I’ve long said that modal cards need a non-embarrassing mode to be worth playing in a deck, as all of the flexibility doesn’t matter if a cube deck doesn’t want to play any part of the card itself. The mode that is the closest to getting there was the hard cast mode, although when it was played, the Omen side was surprisingly pretty good, even if under-rate by cube standards.
TrainmasterGT:
Power: 3.5, Vibes: 3.5
I think I like this guy? Here’s my problem. I love adventure cards. These are not adventure cards… but they have a lot of the same style of “cast your spell, get a guy later.” The only issue: you have to draw them again. In a way, these are closer to self-renewing split cards than anything else. That’s cool, but maybe not the most effective system for this sort of card.
Usman:
Power: 3.5, Vibes: 3.5
I had some decent hopes for it and it worked about as well as expected - it usually was a mana discount in the Sultai deck that played it, which was a great rate and was nice that it represented a Force Spike with only a blue open and much more if need be. Might be more of a splash card than a generic blue control card, but it’s playable there too, since it scales well into the late game if you have a big creature or two around. Overall, I’ve liked it more than Condescend but it’s early enough to where I don’t feel strongly one way vs the other, similar to the new Usher of the Fallen. Nice card, though.
TrainmasterGT:
Power: 3, Vibes: 4
Syncopate but cheaper with big creatures ties in again with what UGx decks are trying to do in many Cubes. I like this!
BLACK
Usman:
Power: 3.75, Vibes: 3
The yin to Preacher of the Schism’s yang. Pretty much a prototypical Baneslayer, where its value is encapsulated in its body and if it’s able to attack. The impression that I got was that it usually just died to a removal spell - although it’s got a lower floor from Preacher of Schism since mobilized creatures are essentially just points of damage. The impression that I get of how many friends it needs to bring along to feel good for the mobilize to be worth it is 2, which can be accelerated via self-mill and other creatures that bin themselves (cyclers) so I’m pretty hopeful.
TrainmasterGT:
Power: 4, Vibes: 3.5
Slaps Roof I can fit so many 1/1 red Warrior creature tokens in this thing!
Usman:
Power: 2.5, Vibes: 2.75
Every once in a while, we see a new riff on Vampire Nighthawk to try to power creep it back into the modern age - Nighthawk Scavenger is the most recent example that got close-ish to getting there, since having a 1-power deathtouch creature mostly did the same job as a 5-power deathtoucher for creature combat (but not racing life totals.) Having a base power of 3 is nice, since it starts the race at a pretty good rate.

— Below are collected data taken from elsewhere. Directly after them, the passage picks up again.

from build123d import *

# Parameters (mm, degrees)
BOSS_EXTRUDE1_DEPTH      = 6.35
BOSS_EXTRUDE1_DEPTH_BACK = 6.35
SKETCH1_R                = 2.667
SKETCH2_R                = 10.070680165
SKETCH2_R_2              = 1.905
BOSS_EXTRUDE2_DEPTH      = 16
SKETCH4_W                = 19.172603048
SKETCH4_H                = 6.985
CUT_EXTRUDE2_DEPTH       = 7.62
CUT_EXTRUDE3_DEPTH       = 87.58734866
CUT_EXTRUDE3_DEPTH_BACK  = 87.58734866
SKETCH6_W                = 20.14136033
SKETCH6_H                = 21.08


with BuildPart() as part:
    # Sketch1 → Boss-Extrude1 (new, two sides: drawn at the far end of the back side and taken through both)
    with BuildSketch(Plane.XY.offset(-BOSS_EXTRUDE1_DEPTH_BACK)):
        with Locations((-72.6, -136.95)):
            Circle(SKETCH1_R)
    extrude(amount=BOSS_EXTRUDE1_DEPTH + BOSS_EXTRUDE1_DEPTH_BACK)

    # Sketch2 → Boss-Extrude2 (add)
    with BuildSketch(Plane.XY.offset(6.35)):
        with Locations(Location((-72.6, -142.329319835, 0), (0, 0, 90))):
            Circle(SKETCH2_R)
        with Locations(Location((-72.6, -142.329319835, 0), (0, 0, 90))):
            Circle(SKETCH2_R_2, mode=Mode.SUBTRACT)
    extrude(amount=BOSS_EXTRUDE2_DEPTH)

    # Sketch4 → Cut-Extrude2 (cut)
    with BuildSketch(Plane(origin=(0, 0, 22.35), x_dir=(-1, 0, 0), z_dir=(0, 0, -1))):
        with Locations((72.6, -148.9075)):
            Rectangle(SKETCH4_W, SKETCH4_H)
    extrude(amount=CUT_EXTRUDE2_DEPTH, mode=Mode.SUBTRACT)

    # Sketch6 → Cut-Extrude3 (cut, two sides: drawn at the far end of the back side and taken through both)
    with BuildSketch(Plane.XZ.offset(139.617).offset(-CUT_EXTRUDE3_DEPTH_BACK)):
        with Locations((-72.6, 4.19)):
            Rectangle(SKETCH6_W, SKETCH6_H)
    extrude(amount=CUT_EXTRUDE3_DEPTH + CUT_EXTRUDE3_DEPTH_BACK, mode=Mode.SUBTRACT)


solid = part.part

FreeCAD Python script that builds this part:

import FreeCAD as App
import Part
import Sketcher

V = App.Vector
Q = App.Units.Quantity


def add_polygon(sketch, points):
    """Adds a closed chain of lines whose ends are joined by coincident constraints."""
    first, n = sketch.GeometryCount, len(points)
    for a, b in zip(points, points[1:] + points[:1]):
        sketch.addGeometry(Part.LineSegment(App.Vector(*a, 0), App.Vector(*b, 0)), False)
    for i in range(n):
        sketch.addConstraint(Sketcher.Constraint("Coincident", first + i, 2, first + (i + 1) % n, 1))

doc = App.newDocument("Part")
body = doc.addObject("PartDesign::Body", "Body")

# Sketch on XY plane
sketch1 = doc.addObject("Sketcher::SketchObject", "Sketch")
body.addObject(sketch1)
sketch1.AttachmentSupport = (doc.XY_Plane, [""])
sketch1.MapMode = "FlatFace"
sketch1.addGeometry(Part.Circle(V(-72.6, -136.9, 0), V(0, 0, 1), 2.7), False)
sketch1.addConstraint([
    Sketcher.Constraint("Diameter", 0, Q("0.21 in")),
    Sketcher.Constraint("DistanceX", 0, 3, -1, 1, Q("72.6 mm")),
    Sketcher.Constraint("DistanceY", 0, 3, -1, 1, Q("136.95 mm")),
])
pad1 = doc.addObject("PartDesign::Pad", "Pad")
body.addObject(pad1)
pad1.Profile = sketch1
pad1.Type = "TwoLengths"
pad1.Length = Q("0.25 in")
pad1.Length2 = Q("0.25 in")

# Sketch on XY plane
sketch2 = doc.addObject("Sketcher::SketchObject", "Sketch001")
body.addObject(sketch2)
sketch2.AttachmentSupport = (doc.XY_Plane, [""])
sketch2.MapMode = "FlatFace"
sketch2.AttachmentOffset = App.Placement(V(0, 0, 0.25 * 25.4), App.Rotation())
sketch2.addGeometry([
    Part.Circle(V(-72.6, -142.3, 0), V(0, 0, 1), 10.1),
    Part.Circle(V(-72.6, -142.3, 0), V(0, 0, 1), 1.9),
], False)
sketch2.addConstraint([
    Sketcher.Constraint("Coincident", 1, 3, 0, 3),
    Sketcher.Constraint("Diameter", 1, Q("0.15 in")),
    Sketcher.Constraint("Diameter", 0, Q("20.14136 mm")),
    Sketcher.Constraint("DistanceX", 0, 3, -1, 1, Q("72.6 mm")),
    Sketcher.Constraint("DistanceY", 0, 3, -1, 1, Q("142.32932 mm")),
])
pad2 = doc.addObject("PartDesign::Pad", "Pad001")
body.addObject(pad2)
pad2.Profile = sketch2
pad2.Length = 16

# Sketch on XY plane
sketch3 = doc.addObject("Sketcher::SketchObject", "Sketch002")
body.addObject(sketch3)
sketch3.AttachmentSupport = (doc.XY_Plane, [""])
sketch3.MapMode = "FlatFace"
sketch3.AttachmentOffset = App.Placement(V(0, 0, 22.35), App.Rotation())
add_polygon(sketch3, [(-63, -145), (-63, -152), (-82, -152), (-82, -145)])  # lines 0-3
sketch3.addConstraint([
    Sketcher.Constraint("Vertical", 0),
    Sketcher.Constraint("Horizontal", 1),
    Sketcher.Constraint("Vertical", 2),
    Sketcher.Constraint("Horizontal", 3),
    Sketcher.Constraint("DistanceY", 0, 2, -1, 1, Q("6 in")),
    Sketcher.Constraint("DistanceY", 0, 2, 0, 1, Q("0.275 in")),
    Sketcher.Constraint("DistanceX", 0, 2, -1, 1, Q("63.013698 mm")),
    Sketcher.Constraint("DistanceX", 1, 2, -1, 1, Q("82.186302 mm")),
])
pocket1 = doc.addObject("PartDesign::Pocket", "Pocket")
body.addObject(pocket1)
pocket1.Profile = sketch3
pocket1.Length = Q("0.3 in")

# Sketch on XZ plane
sketch4 = doc.addObject("Sketcher::SketchObject", "Sketch003")
body.addObject(sketch4)
sketch4.AttachmentSupport = (doc.XZ_Plane, [""])
sketch4.MapMode = "FlatFace"
sketch4.AttachmentOffset = App.Placement(V(0, 0, 139.617), App.Rotation())
add_polygon(sketch4, [(-83, 15), (-83, -6), (-63, -6), (-63, 15)])  # lines 0-3
sketch4.addConstraint([
    Sketcher.Constraint("Vertical", 0),
    Sketcher.Constraint("Horizontal", 1),
    Sketcher.Constraint("Vertical", 2),
    Sketcher.Constraint("Horizontal", 3),
    Sketcher.Constraint("DistanceY", 0, 2, -1, 1, Q("0.25 in")),
    Sketcher.Constraint("DistanceY", 0, 2, 0, 1, Q("21.08 mm")),
    Sketcher.Constraint("DistanceX", 1, 1, 1, 2, Q("20.14136 mm")),
    Sketcher.Constraint("DistanceX", 0, 2, -1, 1, Q("82.67068 mm")),
])
pocket2 = doc.addObject("PartDesign::Pocket", "Pocket001")
body.addObject(pocket2)
pocket2.Profile = sketch4
pocket2.Type = "ThroughAll"
pocket2.Midplane = True

doc.recompute()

Renewing from the graveyard is nice so that when this dies to removal, but I’m at a point where I don’t need yet another pile of stats at 3 mana and like Sage of the Skies more, even though it’s apples to oranges.
TrainmasterGT:
Power: 2, Vibes: 2
Wow, I can’t believe WOTC copied my homework. I can’t wait to sue for a morbillion dollars! All jokes aside, this card seems ok, but I’m not more excited about it than something like Herald of Torment. Am I being a boomer? Maybe. The art is sick though, maybe I’ll try it anyway!
Usman:
Power: 2.5, Vibes: 3.5
This is a weird bitterblossom, kinda, since it can also slowly get bigger as a mode B. I initially was higher on this than I am, since I’ve been off Bitterblossom for some time for being slow, but it may just get there on the flexibility of having your Bitterblossom potentially being a big finisher.
TrainmasterGT:
Power: 3, Vibes: 3.5
Could this be Black’s answer to Ledger Shredder? It doesn’t quite scale as quickly, but it is a little easier to trigger consistently. I have no problems with this card!
Usman:
Power: 3, Vibes: 2.5
This was another one that made an appearance in the last cube draft and was fine; it was usually used for its wrath mode and hardcast as a dragon when a wrath wasn’t needed - one thing that I’ve been liking with these Omen dragons is that they have the spread of being some form of utility when needed and a generic beatstick if need be, and this one wasn’t bad as a 4/4 flier for 4 (which is fine by current creature rates) with some built-in protection, ala Graveyard Trespasser, which is more annoyance than true protection, but nice.
TrainmasterGT:
Power: 3, Vibes: 4
John Tedrick stands out once again as one of the best newer Magic artists. The man can draw his monsters! I like Scavenger Regent beyond it’s art, though: this feels like a cooler Graveyard Trespasser with fewer words and with a second “mode.” Good design!
Usman:
Power: 3.5, Vibes: 5
I’m unsure if the current discourse these days is “black aggro is bad” these days, but this is certainly something that’s parasitic to the deck as a slow Ball Lightning that makes blocking weird. On one hand, it’s a slow one-shot damage source, but what interests me for aggro is that it makes blocking decisions incredibly awkward once it’s dead. Should the opponent leave behind blockers if they can just be turned into decayed things that can’t block? Is that fear of activation useful to act as a virtual “on-board” Falter? Can the opponent even race, if the creatures are no longer a consistent damage source?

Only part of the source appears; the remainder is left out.